The ad asks the reader: "They sacrifice for their country. Can't you even vote for the country?"

Written by Ritika Chopra | New Delhi |
Updated: April 11, 2021 7:53:48 am
EC frowned on this but uses martyr icon in its Bengal adA former EC official acknowledged that such an advertisement for the Commission is probably a first.

The Election Commission Saturday invoked the armed forces in its print advertisement urging West Bengal’s electors to come out and vote, even as it advises political leaders and candidates to desist from making any reference to Defence personnel in their poll campaign.

The ad that appeared on the day of the fourth phase of polling displays the silhouette of the ‘Amar Jawan Jyoti’ and a sketch of cartoonist RK Laxman’s ‘Common Man’ as paying homage to the fallen soldier. The ad asks the reader: “They sacrifice for their country. Can’t you even vote for the country?”
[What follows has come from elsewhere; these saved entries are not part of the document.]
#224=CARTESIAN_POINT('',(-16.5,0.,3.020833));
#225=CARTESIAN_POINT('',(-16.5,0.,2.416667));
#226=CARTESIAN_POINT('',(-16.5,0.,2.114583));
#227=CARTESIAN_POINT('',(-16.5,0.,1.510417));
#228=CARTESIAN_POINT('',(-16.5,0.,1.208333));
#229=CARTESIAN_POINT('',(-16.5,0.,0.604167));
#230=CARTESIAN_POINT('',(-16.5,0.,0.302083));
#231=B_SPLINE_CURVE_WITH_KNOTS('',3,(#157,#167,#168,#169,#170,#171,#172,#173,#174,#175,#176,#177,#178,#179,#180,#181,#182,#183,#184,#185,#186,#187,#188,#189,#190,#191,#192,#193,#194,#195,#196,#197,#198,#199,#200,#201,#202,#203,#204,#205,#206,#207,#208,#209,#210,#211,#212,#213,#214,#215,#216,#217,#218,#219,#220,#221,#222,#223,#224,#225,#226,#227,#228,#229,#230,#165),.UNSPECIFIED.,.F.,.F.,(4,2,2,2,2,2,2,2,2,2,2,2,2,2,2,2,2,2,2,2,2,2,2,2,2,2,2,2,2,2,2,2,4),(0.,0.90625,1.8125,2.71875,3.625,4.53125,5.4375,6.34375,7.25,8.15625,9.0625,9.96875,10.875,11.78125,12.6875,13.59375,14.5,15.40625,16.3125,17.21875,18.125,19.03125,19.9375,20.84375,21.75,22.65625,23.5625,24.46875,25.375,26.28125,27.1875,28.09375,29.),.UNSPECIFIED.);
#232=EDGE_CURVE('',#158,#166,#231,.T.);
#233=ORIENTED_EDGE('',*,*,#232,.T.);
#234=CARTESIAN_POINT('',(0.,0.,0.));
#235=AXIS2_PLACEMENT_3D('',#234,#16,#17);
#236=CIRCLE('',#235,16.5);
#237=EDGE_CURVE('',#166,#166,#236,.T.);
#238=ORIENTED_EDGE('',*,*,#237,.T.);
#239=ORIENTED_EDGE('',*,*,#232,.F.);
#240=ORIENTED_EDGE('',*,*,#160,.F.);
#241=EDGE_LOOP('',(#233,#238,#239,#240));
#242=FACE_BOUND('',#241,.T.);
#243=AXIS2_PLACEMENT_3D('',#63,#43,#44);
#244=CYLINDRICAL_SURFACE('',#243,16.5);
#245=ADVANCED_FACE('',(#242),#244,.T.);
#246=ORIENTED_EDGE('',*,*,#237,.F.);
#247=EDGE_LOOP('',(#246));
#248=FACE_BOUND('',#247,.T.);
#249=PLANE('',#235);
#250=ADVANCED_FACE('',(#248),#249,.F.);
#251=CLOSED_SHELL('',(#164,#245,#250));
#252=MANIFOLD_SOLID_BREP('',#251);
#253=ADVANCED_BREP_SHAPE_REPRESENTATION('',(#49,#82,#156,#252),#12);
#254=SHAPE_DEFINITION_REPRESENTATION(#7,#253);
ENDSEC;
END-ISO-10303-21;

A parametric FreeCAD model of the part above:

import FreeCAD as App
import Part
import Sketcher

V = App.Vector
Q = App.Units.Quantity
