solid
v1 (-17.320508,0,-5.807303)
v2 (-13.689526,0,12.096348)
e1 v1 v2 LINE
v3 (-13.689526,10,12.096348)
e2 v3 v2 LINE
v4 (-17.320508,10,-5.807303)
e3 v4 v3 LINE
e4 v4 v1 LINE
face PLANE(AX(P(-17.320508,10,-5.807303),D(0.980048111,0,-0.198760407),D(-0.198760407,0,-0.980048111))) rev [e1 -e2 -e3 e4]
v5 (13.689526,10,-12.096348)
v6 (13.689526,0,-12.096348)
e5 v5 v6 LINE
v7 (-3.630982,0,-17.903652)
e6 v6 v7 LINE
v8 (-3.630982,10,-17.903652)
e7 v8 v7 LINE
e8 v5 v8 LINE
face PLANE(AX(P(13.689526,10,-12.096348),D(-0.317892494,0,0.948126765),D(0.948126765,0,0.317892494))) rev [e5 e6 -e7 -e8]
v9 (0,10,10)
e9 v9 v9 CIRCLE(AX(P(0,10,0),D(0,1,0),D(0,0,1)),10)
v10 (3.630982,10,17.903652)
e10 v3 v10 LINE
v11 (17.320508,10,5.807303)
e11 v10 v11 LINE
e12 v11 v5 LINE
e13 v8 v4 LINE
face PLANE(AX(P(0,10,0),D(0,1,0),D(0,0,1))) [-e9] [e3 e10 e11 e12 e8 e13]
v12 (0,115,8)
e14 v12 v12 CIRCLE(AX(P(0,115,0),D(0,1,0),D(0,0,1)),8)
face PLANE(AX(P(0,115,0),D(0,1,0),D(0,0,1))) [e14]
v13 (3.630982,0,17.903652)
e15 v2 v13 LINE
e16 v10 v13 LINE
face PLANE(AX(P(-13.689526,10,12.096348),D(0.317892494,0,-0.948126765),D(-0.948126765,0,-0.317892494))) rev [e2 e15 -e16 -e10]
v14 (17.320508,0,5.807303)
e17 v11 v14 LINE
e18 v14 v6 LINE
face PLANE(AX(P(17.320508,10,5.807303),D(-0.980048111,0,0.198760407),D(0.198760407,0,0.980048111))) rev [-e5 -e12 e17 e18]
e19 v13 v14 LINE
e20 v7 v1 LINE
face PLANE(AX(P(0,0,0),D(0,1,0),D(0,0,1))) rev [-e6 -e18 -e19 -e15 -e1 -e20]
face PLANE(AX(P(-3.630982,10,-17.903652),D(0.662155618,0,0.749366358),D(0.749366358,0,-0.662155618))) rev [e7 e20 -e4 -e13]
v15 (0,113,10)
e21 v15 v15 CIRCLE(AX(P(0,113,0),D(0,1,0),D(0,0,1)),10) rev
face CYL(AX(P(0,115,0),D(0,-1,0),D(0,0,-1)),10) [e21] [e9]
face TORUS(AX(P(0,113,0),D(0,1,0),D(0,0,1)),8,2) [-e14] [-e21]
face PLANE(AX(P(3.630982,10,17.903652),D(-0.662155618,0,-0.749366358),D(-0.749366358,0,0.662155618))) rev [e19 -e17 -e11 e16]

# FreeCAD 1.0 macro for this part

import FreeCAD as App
import Part
import Sketcher

V = App.Vector
Q = App.Units.Quantity


def edges_at(feature, points):
    """Names of the edges that pass closest to the given points."""
    edges = feature.Shape.Edges
    near = lambda p: min(range(len(edges)), key=lambda i: edges[i].distToShape(Part.Vertex(*p))[0])
    return sorted({f"Edge{near(p) + 1}" for p in points})


def add_polygon(sketch, points):
    """Adds a closed chain of lines whose ends are joined by coincident constraints."""
    first, n = sketch.GeometryCount, len(points)
    for a, b in zip(points, points[1:] + points[:1]):
        sketch.addGeometry(Part.LineSegment(App.Vector(*a, 0), App.Vector(*b, 0)), False)
    for i in range(n):
        sketch.addConstraint(Sketcher.Constraint("Coincident", first + i, 2, first + (i + 1) % n, 1))

doc = App.newDocument("Part")
params = doc.addObject("Spreadsheet::Sheet", "Params")
for row, (alias, value) in enumerate([
    ("pad1_length", "10 mm"),
    ("sketch2_diameter", "20 mm"),
    ("pad2_length", "105 mm"),
    ("fillet_radius", "2 mm"),
], start=1):
    params.set(f"A{row}", alias)
    params.set(f"B{row}", "=" + value)
    params.setAlias(f"B{row}", alias)

body = doc.addObject("PartDesign::Body", "Body")

# Sketch on XZ plane
sketch1 = body.newObject("Sketcher::SketchObject", "Sketch")
sketch1.AttachmentSupport = (doc.getObject("XZ_Plane"), [""])
sketch1.MapMode = "FlatFace"
add_polygon(sketch1, [(-14, 12), (4, 18), (17, 6), (14, -12), (-4, -18), (-17, -6)])  # lines 0-5
sketch1.addConstraint(Sketcher.Constraint("Symmetric", 0, 2, 3, 2, -1, 1))
sketch1.addConstraint(Sketcher.Constraint("Symmetric", 1, 2, 4, 2, -1, 1))
sketch1.addConstraint(Sketcher.Constraint("Symmetric", 2, 2, 5, 2, -1, 1))
sketch1.addConstraint(Sketcher.Constraint("Equal", 0, 1))
sketch1.addConstraint(Sketcher.Constraint("Equal", 1, 2))
sketch1.addConstraint(Sketcher.Constraint("DistanceY", 2, 2, 0, 2, Q("30 mm")))
sketch1.addConstraint(Sketcher.Constraint("DistanceY", -1, 1, 0, 2, Q("17.903652 mm")))
sketch1.addConstraint(Sketcher.Constraint("DistanceX", -1, 1, 1, 2, Q("17.320508 mm")))
sketch1.addConstraint(Sketcher.Constraint("DistanceY", 1, 2, 0, 2, Q("12.096348 mm")))
pad1 = body.newObject("PartDesign::Pad", "Pad")
pad1.Profile = sketch1
pad1.setExpression("Length", "Params.pad1_length")
pad1.Reversed = True

# Sketch on XZ plane
sketch2 = body.newObject("Sketcher::SketchObject", "Sketch001")
sketch2.AttachmentSupport = (doc.getObject("XZ_Plane"), [""])
sketch2.MapMode = "FlatFace"
sketch2.AttachmentOffset = App.Placement(V(0, 0, -10), App.Rotation())
sketch2.addGeometry(Part.Circle(V(0, 0, 0), V(0, 0, 1), 10), False)
sketch2.addConstraint(Sketcher.Constraint("Coincident", 0, 3, -1, 1))
sketch2.addConstraint(Sketcher.Constraint("Diameter", 0, Q("20 mm")))
sketch2.setExpression("Constraints[1]", "Params.sketch2_diameter")
pad2 = body.newObject("PartDesign::Pad", "Pad001")
pad2.Profile = sketch2
pad2.setExpression("Length", "Params.pad2_length")
pad2.Reversed = True
doc.recompute()

fillet = body.newObject("PartDesign::Fillet", "Fillet")
fillet.Base = (pad2, edges_at(pad2, [(-10, 115, 0)]))
fillet.setExpression("Radius", "Params.fillet_radius")

doc.recompute()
It then goes on to state, “Vote is not only your right, but also your duty. Cast your vote fearlessly.”

The Amar Jawan Jyoti was constructed after the 1971 war to commemorate the martyred and unknown soldiers of the Indian armed forces who died during the war.

In the past, the EC has advised political parties to “desist from displaying photographs of Defence personnel or photographs of functions involving Defence personnel in advertisements, or otherwise as part of their election propaganda/campaign”.

This advisory was first issued in December 2013. In 2019, the Commission reiterated it on the eve of the announcement of the Lok Sabha elections, March 9, and again on March 19 in the context of several candidates and campaigners using the Pulwama terror attack and Balakot airstrikes in their campaign.

This instruction stems from the logic that the armed forces are “apolitical” and “neutral stakeholders” in a modern democracy and hence should not be dragged into an election.

A former EC official acknowledged that such an advertisement for the Commission is probably a first. “The poll watchdog is expected to play by the same rules. You can’t stop political parties from using the defence forces and then go ahead and do it yourself,” he said.

However, a senior officer currently with the commission defended the ad: “Our intention is completely different. First, the silhouette used here is not just meant for the armed forces, it is supposed to signify the police forces, too. Moreover, we are not politicising the armed forces for electoral gains. Our purpose is to exhort voters to come out and vote.”